Task item:
Please copy every line below that contains the string "with".

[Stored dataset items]

☆ ☆ ☆

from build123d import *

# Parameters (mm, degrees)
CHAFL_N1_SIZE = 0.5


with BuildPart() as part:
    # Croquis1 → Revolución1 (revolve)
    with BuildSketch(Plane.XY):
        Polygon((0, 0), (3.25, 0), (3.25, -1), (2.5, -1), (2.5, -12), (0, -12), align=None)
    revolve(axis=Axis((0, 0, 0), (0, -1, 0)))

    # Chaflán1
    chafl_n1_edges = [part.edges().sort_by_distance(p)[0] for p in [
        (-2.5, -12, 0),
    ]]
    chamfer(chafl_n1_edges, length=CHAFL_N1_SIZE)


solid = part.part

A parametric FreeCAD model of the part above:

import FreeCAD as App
import Part
import Sketcher


def edges_at(feature, points):
    """Names of the edges that pass closest to the given points."""
    edges = feature.Shape.Edges
    near = lambda p: min(range(len(edges)), key=lambda i: edges[i].distToShape(Part.Vertex(*p))[0])
    return sorted({f"Edge{near(p) + 1}" for p in points})


def add_polygon(sketch, points):
    """Adds a closed chain of lines whose ends are joined by coincident constraints."""
    first, n = sketch.GeometryCount, len(points)
    for a, b in zip(points, points[1:] + points[:1]):
        sketch.addGeometry(Part.LineSegment(App.Vector(*a, 0), App.Vector(*b, 0)), False)
    for i in range(n):
        sketch.addConstraint(Sketcher.Constraint("Coincident", first + i, 2, first + (i + 1) % n, 1))

doc = App.newDocument("Part")
params = doc.addObject("Spreadsheet::Sheet", "Params")
for row, (alias, value) in enumerate([
    ("sketch1_height", "12 mm"),
    ("sketch1_height2", "11 mm"),
    ("sketch1_width", "2.5 mm"),
    ("sketch1_width2", "3.25 mm"),
    ("revolution_angle", "360 deg"),
    ("chamfer_size", "0.5 mm"),
], start=1):
    params.set(f"A{row}", alias)
    params.set(f"B{row}", "=" + value)
    params.setAlias(f"B{row}", alias)

body = doc.addObject("PartDesign::Body", "Body")

# Sketch on XY plane
sketch1 = doc.addObject("Sketcher::SketchObject", "Sketch")
body.addObject(sketch1)
sketch1.AttachmentSupport = (doc.XY_Plane, [""])
sketch1.MapMode = "FlatFace"
add_polygon(sketch1, [(3.2, 0), (0, 0), (0, -12), (2.5, -12), (2.5, -1), (3.2, -1)])  # lines 0-5
sketch1.addConstraint([
    Sketcher.Constraint("Horizontal", 0),
    Sketcher.Constraint("Vertical", 1),
    Sketcher.Constraint("Horizontal", 2),
    Sketcher.Constraint("Vertical", 3),
    Sketcher.Constraint("Horizontal", 4),
    Sketcher.Constraint("Vertical", 5),
    Sketcher.Constraint("Coincident", 0, 2, -1, 1),
    Sketcher.Constraint("DistanceY", 1, 2, 1, 1, 12.0),
    Sketcher.Constraint("DistanceY", 3, 1, 3, 2, 11.0),
    Sketcher.Constraint("DistanceX", 2, 1, 2, 2, 2.5),
    Sketcher.Constraint("DistanceX", 0, 2, 0, 1, 3.25),
])
sketch1.setExpression("Constraints[13]", "Params.sketch1_height")
sketch1.setExpression("Constraints[14]", "Params.sketch1_height2")
sketch1.setExpression("Constraints[15]", "Params.sketch1_width")
sketch1.setExpression("Constraints[16]", "Params.sketch1_width2")
revolution = doc.addObject("PartDesign::Revolution", "Revolution")
body.addObject(revolution)
revolution.Profile = sketch1
revolution.ReferenceAxis = (sketch1, ["V_Axis"])
revolution.setExpression("Angle", "Params.revolution_angle")
doc.recompute()

chamfer = doc.addObject("PartDesign::Chamfer", "Chamfer")
body.addObject(chamfer)
chamfer.Base = (revolution, edges_at(revolution, [(-2.5, -12, 0)]))
chamfer.setExpression("Size", "Params.chamfer_size")

doc.recompute()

☆ ☆ ☆

Output for this task:
with BuildPart() as part:
    with BuildSketch(Plane.XY):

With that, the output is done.